→ **WORK TASK**
Starting with the line that contains "#342=ORIENTED_EDGE('',*,*,#318,.T.);" and stopping after the line that contains "#375=ADVANCED_FACE('',(#374),#291,.T.);", return each line below exactly as written, with no others.

○ ○ ○ ○

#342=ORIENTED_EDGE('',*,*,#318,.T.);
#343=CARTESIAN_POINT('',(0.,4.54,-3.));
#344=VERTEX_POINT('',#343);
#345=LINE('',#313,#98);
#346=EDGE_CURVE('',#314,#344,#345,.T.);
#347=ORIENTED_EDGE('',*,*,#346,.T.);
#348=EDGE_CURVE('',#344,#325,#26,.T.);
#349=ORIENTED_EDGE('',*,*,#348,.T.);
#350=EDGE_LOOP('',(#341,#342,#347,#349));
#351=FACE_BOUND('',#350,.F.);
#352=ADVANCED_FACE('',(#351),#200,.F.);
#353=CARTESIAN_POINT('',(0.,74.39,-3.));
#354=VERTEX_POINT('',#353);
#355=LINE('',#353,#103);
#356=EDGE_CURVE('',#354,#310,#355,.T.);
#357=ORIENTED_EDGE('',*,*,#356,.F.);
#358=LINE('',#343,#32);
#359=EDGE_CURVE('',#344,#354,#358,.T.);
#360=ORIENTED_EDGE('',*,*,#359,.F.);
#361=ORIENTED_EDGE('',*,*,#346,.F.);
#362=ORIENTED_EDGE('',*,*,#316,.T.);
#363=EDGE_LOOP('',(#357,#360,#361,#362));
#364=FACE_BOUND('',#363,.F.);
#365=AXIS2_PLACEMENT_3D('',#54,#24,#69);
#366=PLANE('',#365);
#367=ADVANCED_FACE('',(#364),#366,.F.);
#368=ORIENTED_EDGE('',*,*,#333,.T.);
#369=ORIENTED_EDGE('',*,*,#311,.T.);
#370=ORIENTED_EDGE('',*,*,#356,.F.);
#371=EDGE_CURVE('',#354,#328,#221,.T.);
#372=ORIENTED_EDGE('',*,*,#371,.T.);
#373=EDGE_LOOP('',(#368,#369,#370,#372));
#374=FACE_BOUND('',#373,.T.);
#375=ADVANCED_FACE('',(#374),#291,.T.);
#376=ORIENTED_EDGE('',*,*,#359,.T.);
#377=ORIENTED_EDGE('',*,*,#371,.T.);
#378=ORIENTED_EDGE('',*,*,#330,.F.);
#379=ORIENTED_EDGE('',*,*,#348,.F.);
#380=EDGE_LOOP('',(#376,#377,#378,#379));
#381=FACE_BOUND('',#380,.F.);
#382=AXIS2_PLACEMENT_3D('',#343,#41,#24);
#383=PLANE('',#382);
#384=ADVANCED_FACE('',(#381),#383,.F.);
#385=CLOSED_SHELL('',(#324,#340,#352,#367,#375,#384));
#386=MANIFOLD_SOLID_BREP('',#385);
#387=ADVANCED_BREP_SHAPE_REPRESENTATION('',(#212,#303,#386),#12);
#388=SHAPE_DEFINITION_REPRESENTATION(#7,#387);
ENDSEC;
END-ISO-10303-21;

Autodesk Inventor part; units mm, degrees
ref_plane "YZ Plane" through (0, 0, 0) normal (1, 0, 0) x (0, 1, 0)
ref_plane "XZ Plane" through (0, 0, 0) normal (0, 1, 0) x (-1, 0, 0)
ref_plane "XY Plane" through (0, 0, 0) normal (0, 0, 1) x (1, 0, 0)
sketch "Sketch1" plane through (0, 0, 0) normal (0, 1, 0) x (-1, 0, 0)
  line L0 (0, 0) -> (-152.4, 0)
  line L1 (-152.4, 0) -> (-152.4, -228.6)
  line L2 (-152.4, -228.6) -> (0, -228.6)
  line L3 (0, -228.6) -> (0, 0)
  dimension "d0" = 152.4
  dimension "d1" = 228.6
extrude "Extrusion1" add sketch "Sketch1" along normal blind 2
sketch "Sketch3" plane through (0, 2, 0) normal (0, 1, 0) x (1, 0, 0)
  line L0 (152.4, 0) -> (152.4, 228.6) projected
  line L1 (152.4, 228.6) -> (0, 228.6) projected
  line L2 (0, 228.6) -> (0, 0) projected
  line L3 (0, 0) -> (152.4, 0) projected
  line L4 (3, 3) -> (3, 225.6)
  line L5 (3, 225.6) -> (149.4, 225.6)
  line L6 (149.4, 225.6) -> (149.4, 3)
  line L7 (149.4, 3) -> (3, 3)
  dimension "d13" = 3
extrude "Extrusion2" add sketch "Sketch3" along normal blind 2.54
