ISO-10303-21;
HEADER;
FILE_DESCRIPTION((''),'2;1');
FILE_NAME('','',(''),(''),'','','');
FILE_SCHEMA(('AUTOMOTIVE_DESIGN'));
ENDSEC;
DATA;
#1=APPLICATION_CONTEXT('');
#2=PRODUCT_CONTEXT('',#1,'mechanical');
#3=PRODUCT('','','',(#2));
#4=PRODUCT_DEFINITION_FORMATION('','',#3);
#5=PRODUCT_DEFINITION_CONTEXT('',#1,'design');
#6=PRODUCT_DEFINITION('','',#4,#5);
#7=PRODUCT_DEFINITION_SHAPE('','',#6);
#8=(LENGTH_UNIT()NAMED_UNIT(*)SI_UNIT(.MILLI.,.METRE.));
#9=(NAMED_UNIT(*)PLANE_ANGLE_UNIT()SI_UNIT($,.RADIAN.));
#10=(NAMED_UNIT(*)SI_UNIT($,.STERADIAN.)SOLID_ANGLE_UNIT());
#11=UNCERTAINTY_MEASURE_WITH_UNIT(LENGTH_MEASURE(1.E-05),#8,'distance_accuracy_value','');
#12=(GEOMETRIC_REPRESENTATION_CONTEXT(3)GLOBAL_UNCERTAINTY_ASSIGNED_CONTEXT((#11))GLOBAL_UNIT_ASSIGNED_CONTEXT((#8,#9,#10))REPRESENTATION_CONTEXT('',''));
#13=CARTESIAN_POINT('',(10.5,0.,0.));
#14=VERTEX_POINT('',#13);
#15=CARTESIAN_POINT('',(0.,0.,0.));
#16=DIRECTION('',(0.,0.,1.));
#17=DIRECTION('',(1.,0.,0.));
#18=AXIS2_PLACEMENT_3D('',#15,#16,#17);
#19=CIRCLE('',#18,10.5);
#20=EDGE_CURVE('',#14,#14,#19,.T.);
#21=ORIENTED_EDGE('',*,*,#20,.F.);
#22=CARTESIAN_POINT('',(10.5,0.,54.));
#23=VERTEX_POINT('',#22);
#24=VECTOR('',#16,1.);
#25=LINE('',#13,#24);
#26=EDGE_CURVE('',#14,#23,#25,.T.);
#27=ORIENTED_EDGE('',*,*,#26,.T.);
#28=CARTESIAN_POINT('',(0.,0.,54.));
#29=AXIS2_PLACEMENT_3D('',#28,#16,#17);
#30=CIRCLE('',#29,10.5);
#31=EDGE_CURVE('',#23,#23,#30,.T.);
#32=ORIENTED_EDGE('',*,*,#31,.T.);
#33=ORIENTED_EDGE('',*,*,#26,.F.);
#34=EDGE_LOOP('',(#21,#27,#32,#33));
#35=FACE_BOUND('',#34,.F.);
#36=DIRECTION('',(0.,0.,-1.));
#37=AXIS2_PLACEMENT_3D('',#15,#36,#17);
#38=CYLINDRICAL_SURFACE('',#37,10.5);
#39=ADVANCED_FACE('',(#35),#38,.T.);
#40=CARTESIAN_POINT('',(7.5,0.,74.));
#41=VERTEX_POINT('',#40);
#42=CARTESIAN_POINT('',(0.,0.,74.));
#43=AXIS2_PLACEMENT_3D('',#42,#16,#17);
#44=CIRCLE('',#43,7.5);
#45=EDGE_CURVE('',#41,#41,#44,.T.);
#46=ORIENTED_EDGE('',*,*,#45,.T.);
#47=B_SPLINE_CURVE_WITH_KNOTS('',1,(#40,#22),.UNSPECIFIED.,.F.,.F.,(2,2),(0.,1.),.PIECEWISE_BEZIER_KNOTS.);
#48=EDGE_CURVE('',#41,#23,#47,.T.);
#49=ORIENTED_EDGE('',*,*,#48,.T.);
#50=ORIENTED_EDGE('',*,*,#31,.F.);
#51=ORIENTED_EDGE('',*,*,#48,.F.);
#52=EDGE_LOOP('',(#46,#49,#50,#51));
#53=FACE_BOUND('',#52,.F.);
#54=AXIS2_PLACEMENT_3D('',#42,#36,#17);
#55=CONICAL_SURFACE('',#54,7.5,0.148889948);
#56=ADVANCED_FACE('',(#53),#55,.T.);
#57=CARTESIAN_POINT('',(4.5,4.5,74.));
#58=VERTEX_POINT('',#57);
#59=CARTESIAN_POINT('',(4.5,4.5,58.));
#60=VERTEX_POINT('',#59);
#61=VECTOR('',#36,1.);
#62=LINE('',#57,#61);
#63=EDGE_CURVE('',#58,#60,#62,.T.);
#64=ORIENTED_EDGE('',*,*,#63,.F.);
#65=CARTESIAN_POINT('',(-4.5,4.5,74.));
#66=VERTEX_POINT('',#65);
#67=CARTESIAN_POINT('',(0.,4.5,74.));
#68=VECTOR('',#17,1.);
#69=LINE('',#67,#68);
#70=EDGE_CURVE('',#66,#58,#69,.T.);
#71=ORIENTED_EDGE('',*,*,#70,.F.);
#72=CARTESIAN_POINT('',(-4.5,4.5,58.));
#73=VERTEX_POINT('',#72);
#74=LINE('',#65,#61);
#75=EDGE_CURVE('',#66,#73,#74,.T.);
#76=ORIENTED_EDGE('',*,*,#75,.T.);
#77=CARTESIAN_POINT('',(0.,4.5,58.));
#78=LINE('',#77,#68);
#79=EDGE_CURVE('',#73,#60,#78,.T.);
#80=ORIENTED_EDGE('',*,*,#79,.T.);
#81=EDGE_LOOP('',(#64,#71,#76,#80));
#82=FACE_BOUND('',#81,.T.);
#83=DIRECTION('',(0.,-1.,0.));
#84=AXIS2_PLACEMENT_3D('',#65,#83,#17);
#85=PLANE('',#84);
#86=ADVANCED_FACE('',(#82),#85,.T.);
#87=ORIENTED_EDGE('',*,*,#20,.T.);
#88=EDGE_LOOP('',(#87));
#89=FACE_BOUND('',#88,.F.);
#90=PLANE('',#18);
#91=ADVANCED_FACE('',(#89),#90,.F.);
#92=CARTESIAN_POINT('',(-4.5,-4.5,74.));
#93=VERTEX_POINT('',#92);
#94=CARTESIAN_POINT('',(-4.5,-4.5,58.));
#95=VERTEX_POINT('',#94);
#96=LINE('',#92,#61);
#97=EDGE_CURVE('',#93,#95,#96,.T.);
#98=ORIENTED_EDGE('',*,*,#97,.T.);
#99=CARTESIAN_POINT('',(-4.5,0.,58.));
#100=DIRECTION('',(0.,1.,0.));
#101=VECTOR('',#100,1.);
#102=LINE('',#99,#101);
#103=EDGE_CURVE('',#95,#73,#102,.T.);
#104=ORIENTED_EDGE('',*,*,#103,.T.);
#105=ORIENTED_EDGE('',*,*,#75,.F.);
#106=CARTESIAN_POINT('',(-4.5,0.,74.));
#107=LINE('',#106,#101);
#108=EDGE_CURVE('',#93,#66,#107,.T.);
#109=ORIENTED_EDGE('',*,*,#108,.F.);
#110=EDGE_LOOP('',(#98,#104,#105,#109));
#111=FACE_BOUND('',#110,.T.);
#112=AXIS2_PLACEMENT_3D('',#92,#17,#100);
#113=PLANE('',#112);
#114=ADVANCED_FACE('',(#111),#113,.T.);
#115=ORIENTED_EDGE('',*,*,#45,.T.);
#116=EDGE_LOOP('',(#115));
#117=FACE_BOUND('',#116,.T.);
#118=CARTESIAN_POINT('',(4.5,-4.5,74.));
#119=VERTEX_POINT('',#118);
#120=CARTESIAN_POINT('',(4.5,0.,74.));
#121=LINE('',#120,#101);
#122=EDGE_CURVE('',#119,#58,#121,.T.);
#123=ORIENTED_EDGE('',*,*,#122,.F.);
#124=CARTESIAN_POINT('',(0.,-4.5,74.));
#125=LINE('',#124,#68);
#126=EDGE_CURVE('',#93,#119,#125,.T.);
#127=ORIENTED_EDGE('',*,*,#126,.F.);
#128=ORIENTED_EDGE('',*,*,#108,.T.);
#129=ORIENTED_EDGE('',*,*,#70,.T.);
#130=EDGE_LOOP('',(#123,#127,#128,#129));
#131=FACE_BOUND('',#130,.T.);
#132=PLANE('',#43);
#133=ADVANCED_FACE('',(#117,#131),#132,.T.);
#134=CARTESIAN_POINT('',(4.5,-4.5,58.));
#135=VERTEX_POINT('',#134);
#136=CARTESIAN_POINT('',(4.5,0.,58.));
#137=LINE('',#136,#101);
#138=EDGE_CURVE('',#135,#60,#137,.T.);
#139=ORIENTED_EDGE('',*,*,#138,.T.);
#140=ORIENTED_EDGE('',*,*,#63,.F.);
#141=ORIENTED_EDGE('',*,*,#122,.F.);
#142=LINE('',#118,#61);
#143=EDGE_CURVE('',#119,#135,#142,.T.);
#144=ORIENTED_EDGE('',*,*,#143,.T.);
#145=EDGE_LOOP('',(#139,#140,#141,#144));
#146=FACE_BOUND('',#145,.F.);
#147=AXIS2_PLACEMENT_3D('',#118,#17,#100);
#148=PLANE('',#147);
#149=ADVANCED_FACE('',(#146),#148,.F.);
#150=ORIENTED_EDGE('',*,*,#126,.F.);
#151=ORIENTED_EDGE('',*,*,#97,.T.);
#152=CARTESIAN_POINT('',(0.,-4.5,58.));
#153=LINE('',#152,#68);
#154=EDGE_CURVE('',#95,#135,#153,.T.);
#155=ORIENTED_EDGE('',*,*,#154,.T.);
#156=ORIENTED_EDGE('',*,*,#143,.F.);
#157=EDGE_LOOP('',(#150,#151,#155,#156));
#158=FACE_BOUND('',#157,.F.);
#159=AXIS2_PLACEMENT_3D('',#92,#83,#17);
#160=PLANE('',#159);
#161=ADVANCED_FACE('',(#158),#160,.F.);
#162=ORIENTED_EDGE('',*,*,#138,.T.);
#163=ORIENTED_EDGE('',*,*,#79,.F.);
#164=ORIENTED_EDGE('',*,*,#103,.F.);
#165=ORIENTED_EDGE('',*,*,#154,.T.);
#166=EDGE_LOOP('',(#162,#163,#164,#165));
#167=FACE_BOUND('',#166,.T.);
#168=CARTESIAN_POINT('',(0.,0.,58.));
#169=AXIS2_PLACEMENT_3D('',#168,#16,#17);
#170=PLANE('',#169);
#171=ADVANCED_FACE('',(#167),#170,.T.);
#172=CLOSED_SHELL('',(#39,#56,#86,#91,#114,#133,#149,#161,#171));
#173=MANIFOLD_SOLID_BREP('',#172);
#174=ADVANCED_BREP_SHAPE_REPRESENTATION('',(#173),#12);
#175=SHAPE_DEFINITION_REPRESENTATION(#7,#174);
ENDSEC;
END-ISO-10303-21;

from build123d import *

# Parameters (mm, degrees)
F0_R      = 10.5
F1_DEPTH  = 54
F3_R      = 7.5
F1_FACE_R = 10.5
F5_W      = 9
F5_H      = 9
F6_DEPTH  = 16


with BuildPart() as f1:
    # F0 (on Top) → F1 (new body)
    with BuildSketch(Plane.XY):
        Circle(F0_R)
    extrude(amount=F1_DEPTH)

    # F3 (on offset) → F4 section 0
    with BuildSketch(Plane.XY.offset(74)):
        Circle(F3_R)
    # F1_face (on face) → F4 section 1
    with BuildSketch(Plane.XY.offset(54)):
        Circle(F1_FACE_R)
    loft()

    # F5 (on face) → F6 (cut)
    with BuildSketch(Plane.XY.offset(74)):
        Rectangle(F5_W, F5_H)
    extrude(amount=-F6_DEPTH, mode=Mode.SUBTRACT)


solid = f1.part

○ ○ ○ ○

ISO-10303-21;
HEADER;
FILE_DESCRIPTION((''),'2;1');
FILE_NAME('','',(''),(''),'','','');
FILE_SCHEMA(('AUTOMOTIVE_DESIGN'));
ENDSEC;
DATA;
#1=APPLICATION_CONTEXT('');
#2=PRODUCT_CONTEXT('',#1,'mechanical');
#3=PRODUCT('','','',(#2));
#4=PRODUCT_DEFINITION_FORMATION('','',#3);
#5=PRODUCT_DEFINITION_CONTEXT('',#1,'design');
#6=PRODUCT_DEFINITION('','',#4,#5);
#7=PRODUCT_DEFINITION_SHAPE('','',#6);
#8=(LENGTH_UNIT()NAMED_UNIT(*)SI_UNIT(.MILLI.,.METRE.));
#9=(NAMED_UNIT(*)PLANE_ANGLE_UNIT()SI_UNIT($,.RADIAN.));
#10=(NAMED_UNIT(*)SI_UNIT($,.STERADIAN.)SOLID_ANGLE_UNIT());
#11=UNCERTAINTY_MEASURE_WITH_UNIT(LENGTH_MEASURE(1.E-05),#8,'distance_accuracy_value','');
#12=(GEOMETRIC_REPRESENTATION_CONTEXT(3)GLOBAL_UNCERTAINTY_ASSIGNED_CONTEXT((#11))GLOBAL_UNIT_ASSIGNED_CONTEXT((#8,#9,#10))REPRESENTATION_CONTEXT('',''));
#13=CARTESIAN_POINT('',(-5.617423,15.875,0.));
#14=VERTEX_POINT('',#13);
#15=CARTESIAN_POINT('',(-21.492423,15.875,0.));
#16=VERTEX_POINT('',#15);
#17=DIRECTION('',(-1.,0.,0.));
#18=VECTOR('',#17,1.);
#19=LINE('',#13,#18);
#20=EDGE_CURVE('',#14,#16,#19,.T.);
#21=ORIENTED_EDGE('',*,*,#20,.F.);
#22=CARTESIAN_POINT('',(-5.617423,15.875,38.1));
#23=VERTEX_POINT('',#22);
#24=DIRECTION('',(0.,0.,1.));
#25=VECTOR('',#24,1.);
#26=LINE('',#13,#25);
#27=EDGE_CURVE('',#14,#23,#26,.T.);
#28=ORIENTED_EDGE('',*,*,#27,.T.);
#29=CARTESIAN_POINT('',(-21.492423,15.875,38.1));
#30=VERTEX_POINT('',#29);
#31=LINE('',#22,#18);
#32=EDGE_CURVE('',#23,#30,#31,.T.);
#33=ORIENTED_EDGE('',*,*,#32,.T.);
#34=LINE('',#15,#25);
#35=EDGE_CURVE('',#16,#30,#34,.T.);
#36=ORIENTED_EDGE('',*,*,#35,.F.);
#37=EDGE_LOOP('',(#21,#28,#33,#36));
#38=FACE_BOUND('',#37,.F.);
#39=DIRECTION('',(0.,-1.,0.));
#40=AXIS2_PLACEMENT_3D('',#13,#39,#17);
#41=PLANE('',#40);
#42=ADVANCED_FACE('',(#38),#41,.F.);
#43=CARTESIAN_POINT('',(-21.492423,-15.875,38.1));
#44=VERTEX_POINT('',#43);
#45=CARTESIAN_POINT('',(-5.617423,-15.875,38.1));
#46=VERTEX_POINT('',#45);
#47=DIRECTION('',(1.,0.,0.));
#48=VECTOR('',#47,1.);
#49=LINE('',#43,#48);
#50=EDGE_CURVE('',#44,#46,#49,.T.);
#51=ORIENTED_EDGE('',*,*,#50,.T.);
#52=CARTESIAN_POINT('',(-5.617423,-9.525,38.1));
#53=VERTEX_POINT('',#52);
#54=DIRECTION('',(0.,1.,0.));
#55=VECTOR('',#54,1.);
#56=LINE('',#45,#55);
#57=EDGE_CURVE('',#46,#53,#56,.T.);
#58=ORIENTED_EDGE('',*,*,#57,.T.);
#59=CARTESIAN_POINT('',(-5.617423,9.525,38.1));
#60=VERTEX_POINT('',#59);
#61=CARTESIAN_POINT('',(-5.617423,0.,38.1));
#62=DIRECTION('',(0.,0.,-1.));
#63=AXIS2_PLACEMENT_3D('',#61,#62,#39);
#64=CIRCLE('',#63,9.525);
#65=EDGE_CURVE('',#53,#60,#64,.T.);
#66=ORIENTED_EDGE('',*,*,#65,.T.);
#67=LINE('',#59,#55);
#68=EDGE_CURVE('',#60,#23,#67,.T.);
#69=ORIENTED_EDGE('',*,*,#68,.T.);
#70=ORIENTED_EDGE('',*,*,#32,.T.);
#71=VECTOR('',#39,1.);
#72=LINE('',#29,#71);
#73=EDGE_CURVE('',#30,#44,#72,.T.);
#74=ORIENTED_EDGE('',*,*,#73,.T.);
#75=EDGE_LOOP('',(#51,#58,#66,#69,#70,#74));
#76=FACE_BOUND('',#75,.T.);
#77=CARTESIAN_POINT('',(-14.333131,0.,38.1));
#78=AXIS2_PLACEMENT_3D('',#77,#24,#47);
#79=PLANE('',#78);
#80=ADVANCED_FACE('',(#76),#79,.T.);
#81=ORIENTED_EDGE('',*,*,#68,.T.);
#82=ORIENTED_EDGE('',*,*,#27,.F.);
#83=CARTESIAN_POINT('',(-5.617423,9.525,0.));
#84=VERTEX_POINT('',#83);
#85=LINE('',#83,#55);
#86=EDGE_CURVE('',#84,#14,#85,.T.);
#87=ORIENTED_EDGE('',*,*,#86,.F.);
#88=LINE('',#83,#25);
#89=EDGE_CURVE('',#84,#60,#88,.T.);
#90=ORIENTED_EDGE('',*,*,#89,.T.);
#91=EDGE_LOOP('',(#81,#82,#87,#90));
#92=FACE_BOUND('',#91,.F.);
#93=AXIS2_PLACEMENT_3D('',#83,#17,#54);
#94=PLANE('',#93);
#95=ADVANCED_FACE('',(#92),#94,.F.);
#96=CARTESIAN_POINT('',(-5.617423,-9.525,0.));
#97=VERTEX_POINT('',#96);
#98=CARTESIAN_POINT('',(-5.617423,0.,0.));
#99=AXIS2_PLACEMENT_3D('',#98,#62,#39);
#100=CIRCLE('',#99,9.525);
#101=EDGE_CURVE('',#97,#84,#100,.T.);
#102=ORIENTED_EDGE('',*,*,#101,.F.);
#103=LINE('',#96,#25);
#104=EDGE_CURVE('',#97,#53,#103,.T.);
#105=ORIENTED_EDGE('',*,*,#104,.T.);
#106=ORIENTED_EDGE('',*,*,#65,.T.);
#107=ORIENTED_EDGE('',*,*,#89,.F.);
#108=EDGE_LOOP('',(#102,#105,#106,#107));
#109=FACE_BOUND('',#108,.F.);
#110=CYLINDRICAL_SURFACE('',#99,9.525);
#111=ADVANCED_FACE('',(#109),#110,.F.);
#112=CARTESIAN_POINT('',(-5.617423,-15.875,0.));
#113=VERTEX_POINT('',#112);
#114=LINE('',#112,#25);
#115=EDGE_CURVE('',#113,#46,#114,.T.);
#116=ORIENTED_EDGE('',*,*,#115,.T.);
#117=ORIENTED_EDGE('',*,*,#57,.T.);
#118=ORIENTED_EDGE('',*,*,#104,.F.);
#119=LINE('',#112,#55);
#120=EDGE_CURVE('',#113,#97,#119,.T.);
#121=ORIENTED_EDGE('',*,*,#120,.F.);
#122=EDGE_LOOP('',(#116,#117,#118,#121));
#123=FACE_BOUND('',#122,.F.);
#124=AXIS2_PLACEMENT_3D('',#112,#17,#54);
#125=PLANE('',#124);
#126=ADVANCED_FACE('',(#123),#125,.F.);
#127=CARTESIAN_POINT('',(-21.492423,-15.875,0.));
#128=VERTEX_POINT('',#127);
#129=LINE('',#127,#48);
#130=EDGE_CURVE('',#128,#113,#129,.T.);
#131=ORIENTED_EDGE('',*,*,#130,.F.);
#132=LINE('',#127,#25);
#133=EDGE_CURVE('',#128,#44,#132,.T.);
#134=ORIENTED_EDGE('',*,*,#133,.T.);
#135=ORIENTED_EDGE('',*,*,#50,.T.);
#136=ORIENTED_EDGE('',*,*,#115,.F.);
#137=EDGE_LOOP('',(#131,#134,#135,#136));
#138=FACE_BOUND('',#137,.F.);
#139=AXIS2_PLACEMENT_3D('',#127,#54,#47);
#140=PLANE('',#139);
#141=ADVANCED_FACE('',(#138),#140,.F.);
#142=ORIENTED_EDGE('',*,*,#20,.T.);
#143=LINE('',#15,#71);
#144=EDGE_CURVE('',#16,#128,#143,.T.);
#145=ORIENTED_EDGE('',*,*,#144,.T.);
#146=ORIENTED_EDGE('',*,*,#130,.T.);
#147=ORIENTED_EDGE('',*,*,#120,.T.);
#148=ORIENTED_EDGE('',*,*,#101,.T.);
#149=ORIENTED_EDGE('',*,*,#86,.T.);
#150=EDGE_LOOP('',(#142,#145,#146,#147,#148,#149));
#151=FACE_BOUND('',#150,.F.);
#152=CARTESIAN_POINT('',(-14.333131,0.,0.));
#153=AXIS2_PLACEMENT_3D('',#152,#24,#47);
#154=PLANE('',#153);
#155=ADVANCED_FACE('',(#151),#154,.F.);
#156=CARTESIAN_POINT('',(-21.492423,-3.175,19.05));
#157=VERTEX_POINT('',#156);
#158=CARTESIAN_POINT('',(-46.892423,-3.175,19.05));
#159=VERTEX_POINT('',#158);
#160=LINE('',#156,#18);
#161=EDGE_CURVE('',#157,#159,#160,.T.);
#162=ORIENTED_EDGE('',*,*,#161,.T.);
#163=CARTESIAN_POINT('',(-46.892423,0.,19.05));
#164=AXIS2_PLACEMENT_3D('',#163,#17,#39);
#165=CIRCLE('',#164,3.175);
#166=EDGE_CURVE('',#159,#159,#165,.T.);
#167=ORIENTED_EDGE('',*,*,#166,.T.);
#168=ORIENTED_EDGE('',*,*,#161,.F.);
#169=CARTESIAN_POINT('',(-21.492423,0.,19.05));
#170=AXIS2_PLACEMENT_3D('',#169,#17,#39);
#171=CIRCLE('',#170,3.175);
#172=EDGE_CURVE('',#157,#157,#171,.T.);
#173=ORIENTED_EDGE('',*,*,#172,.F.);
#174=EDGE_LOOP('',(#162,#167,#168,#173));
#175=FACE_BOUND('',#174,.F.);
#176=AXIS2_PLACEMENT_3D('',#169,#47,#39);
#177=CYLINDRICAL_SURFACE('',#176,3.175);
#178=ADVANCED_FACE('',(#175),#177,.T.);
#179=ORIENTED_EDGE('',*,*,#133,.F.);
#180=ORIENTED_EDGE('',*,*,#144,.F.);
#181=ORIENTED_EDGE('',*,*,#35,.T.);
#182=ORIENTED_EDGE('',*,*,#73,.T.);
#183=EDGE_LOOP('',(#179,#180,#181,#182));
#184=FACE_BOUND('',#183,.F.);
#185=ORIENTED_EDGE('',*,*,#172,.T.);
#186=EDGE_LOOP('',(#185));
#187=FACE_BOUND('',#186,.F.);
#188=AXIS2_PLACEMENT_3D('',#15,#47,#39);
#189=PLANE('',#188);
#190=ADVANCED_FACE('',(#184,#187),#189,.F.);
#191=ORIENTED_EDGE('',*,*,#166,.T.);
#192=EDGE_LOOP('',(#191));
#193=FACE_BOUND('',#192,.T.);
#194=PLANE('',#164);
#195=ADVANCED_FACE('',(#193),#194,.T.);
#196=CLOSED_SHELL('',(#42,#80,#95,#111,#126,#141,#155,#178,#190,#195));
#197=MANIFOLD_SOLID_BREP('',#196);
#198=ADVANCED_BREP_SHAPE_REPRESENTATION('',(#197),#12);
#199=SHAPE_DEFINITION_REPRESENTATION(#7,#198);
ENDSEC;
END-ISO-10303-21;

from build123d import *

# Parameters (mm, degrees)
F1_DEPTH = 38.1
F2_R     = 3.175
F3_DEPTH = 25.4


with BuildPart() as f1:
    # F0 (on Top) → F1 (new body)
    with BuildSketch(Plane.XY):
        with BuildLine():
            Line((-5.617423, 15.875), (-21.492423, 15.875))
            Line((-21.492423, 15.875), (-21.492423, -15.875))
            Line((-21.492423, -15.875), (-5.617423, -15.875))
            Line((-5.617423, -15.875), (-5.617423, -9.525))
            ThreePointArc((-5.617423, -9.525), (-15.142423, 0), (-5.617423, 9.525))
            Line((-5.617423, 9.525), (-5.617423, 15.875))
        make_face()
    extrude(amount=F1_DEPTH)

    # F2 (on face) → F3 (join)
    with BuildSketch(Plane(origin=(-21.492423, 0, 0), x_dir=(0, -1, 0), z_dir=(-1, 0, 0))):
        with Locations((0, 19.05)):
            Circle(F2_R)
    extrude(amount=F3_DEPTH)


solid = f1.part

○ ○ ○ ○

→ **TASK OUTPUT**
#342=ORIENTED_EDGE('',*,*,#318,.T.);
#343=CARTESIAN_POINT('',(0.,4.54,-3.));
#344=VERTEX_POINT('',#343);
#345=LINE('',#313,#98);
#346=EDGE_CURVE('',#314,#344,#345,.T.);
#347=ORIENTED_EDGE('',*,*,#346,.T.);
#348=EDGE_CURVE('',#344,#325,#26,.T.);
#349=ORIENTED_EDGE('',*,*,#348,.T.);
#350=EDGE_LOOP('',(#341,#342,#347,#349));
#351=FACE_BOUND('',#350,.F.);
#352=ADVANCED_FACE('',(#351),#200,.F.);
#353=CARTESIAN_POINT('',(0.,74.39,-3.));
#354=VERTEX_POINT('',#353);
#355=LINE('',#353,#103);
#356=EDGE_CURVE('',#354,#310,#355,.T.);
#357=ORIENTED_EDGE('',*,*,#356,.F.);
#358=LINE('',#343,#32);
#359=EDGE_CURVE('',#344,#354,#358,.T.);
#360=ORIENTED_EDGE('',*,*,#359,.F.);
#361=ORIENTED_EDGE('',*,*,#346,.F.);
#362=ORIENTED_EDGE('',*,*,#316,.T.);
#363=EDGE_LOOP('',(#357,#360,#361,#362));
#364=FACE_BOUND('',#363,.F.);
#365=AXIS2_PLACEMENT_3D('',#54,#24,#69);
#366=PLANE('',#365);
#367=ADVANCED_FACE('',(#364),#366,.F.);
#368=ORIENTED_EDGE('',*,*,#333,.T.);
#369=ORIENTED_EDGE('',*,*,#311,.T.);
#370=ORIENTED_EDGE('',*,*,#356,.F.);
#371=EDGE_CURVE('',#354,#328,#221,.T.);
#372=ORIENTED_EDGE('',*,*,#371,.T.);
#373=EDGE_LOOP('',(#368,#369,#370,#372));
#374=FACE_BOUND('',#373,.T.);
#375=ADVANCED_FACE('',(#374),#291,.T.);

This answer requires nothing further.